**ACTION ITEM**
Output every record below precisely as it is written.

**DATA**
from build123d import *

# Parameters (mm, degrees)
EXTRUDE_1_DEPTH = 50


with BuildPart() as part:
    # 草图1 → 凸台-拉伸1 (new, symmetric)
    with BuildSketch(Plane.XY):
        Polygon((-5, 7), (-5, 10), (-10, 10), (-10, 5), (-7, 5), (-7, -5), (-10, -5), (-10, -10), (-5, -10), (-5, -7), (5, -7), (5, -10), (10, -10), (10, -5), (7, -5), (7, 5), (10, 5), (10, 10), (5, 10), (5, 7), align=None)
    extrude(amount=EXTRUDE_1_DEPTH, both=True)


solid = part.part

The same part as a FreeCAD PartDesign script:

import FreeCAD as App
import Part
import Sketcher


def add_polygon(sketch, points):
    """Adds a closed chain of lines whose ends are joined by coincident constraints."""
    first, n = sketch.GeometryCount, len(points)
    for a, b in zip(points, points[1:] + points[:1]):
        sketch.addGeometry(Part.LineSegment(App.Vector(*a, 0), App.Vector(*b, 0)), False)
    for i in range(n):
        sketch.addConstraint(Sketcher.Constraint("Coincident", first + i, 2, first + (i + 1) % n, 1))

doc = App.newDocument("Part")
body = doc.addObject("PartDesign::Body", "Body")

# Sketch on XY plane
sketch1 = body.newObject("Sketcher::SketchObject", "Sketch")
sketch1.AttachmentSupport = (doc.getObject("XY_Plane"), [""])
sketch1.MapMode = "FlatFace"
add_polygon(sketch1, [(-5, 7), (-5, 10), (-10, 10), (-10, 5), (-7, 5), (-7, -5), (-10, -5), (-10, -10), (-5, -10), (-5, -7), (5, -7), (5, -10), (10, -10), (10, -5), (7, -5), (7, 5), (10, 5), (10, 10), (5, 10), (5, 7)])  # lines 0-19
sketch1.addConstraint([
    Sketcher.Constraint("Vertical", 0),
    Sketcher.Constraint("Horizontal", 1),
    Sketcher.Constraint("Vertical", 2),
    Sketcher.Constraint("Horizontal", 3),
    Sketcher.Constraint("Vertical", 4),
    Sketcher.Constraint("Horizontal", 5),
    Sketcher.Constraint("Vertical", 6),
    Sketcher.Constraint("Horizontal", 7),
    Sketcher.Constraint("Vertical", 8),
    Sketcher.Constraint("Horizontal", 9),
    Sketcher.Constraint("Vertical", 10),
    Sketcher.Constraint("Horizontal", 11),
    Sketcher.Constraint("Vertical", 12),
    Sketcher.Constraint("Horizontal", 13),
    Sketcher.Constraint("Vertical", 14),
    Sketcher.Constraint("Horizontal", 15),
    Sketcher.Constraint("Vertical", 16),
    Sketcher.Constraint("Horizontal", 17),
    Sketcher.Constraint("Vertical", 18),
    Sketcher.Constraint("Horizontal", 19),
    Sketcher.Constraint("Symmetric", 0, 2, 10, 2, -1, 1),
    Sketcher.Constraint("Symmetric", 2, 2, 12, 2, -1, 1),
    Sketcher.Constraint("Symmetric", 4, 2, 14, 2, -1, 1),
    Sketcher.Constraint("Symmetric", 6, 2, 16, 2, -1, 1),
    Sketcher.Constraint("Symmetric", 8, 2, 18, 2, -1, 1),
    Sketcher.Constraint("Symmetric", 7, 2, 10, 2, -2),
    Sketcher.Constraint("Symmetric", 5, 2, 12, 2, -2),
    Sketcher.Constraint("Equal", 15, 0),
    Sketcher.Constraint("Equal", 17, 2),
    Sketcher.Constraint("Equal", 19, 4),
    Sketcher.Constraint("DistanceX", 1, 2, 1, 1, 5.0),
    Sketcher.Constraint("DistanceX", 3, 1, 3, 2, 3.0),
    Sketcher.Constraint("DistanceX", 9, 1, 9, 2, 10.0),
])
pad1 = body.newObject("PartDesign::Pad", "Pad")
pad1.Profile = sketch1
pad1.Length = 100
pad1.Midplane = True

doc.recompute()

**ANSWER SECTION**
from build123d import *

# Parameters (mm, degrees)
EXTRUDE_1_DEPTH = 50


with BuildPart() as part:
    # 草图1 → 凸台-拉伸1 (new, symmetric)
    with BuildSketch(Plane.XY):
        Polygon((-5, 7), (-5, 10), (-10, 10), (-10, 5), (-7, 5), (-7, -5), (-10, -5), (-10, -10), (-5, -10), (-5, -7), (5, -7), (5, -10), (10, -10), (10, -5), (7, -5), (7, 5), (10, 5), (10, 10), (5, 10), (5, 7), align=None)
    extrude(amount=EXTRUDE_1_DEPTH, both=True)


solid = part.part

The same part as a FreeCAD PartDesign script:

import FreeCAD as App
import Part
import Sketcher


def add_polygon(sketch, points):
    """Adds a closed chain of lines whose ends are joined by coincident constraints."""
    first, n = sketch.GeometryCount, len(points)
    for a, b in zip(points, points[1:] + points[:1]):
        sketch.addGeometry(Part.LineSegment(App.Vector(*a, 0), App.Vector(*b, 0)), False)
    for i in range(n):
        sketch.addConstraint(Sketcher.Constraint("Coincident", first + i, 2, first + (i + 1) % n, 1))

doc = App.newDocument("Part")
body = doc.addObject("PartDesign::Body", "Body")

# Sketch on XY plane
sketch1 = body.newObject("Sketcher::SketchObject", "Sketch")
sketch1.AttachmentSupport = (doc.getObject("XY_Plane"), [""])
sketch1.MapMode = "FlatFace"
add_polygon(sketch1, [(-5, 7), (-5, 10), (-10, 10), (-10, 5), (-7, 5), (-7, -5), (-10, -5), (-10, -10), (-5, -10), (-5, -7), (5, -7), (5, -10), (10, -10), (10, -5), (7, -5), (7, 5), (10, 5), (10, 10), (5, 10), (5, 7)])  # lines 0-19
sketch1.addConstraint([
    Sketcher.Constraint("Vertical", 0),
    Sketcher.Constraint("Horizontal", 1),
    Sketcher.Constraint("Vertical", 2),
    Sketcher.Constraint("Horizontal", 3),
    Sketcher.Constraint("Vertical", 4),
    Sketcher.Constraint("Horizontal", 5),
    Sketcher.Constraint("Vertical", 6),
    Sketcher.Constraint("Horizontal", 7),
    Sketcher.Constraint("Vertical", 8),
    Sketcher.Constraint("Horizontal", 9),
    Sketcher.Constraint("Vertical", 10),
    Sketcher.Constraint("Horizontal", 11),
    Sketcher.Constraint("Vertical", 12),
    Sketcher.Constraint("Horizontal", 13),
    Sketcher.Constraint("Vertical", 14),
    Sketcher.Constraint("Horizontal", 15),
    Sketcher.Constraint("Vertical", 16),
    Sketcher.Constraint("Horizontal", 17),
    Sketcher.Constraint("Vertical", 18),
    Sketcher.Constraint("Horizontal", 19),
    Sketcher.Constraint("Symmetric", 0, 2, 10, 2, -1, 1),
    Sketcher.Constraint("Symmetric", 2, 2, 12, 2, -1, 1),
    Sketcher.Constraint("Symmetric", 4, 2, 14, 2, -1, 1),
    Sketcher.Constraint("Symmetric", 6, 2, 16, 2, -1, 1),
    Sketcher.Constraint("Symmetric", 8, 2, 18, 2, -1, 1),
    Sketcher.Constraint("Symmetric", 7, 2, 10, 2, -2),
    Sketcher.Constraint("Symmetric", 5, 2, 12, 2, -2),
    Sketcher.Constraint("Equal", 15, 0),
    Sketcher.Constraint("Equal", 17, 2),
    Sketcher.Constraint("Equal", 19, 4),
    Sketcher.Constraint("DistanceX", 1, 2, 1, 1, 5.0),
    Sketcher.Constraint("DistanceX", 3, 1, 3, 2, 3.0),
    Sketcher.Constraint("DistanceX", 9, 1, 9, 2, 10.0),
])
pad1 = body.newObject("PartDesign::Pad", "Pad")
pad1.Profile = sketch1
pad1.Length = 100
pad1.Midplane = True

doc.recompute()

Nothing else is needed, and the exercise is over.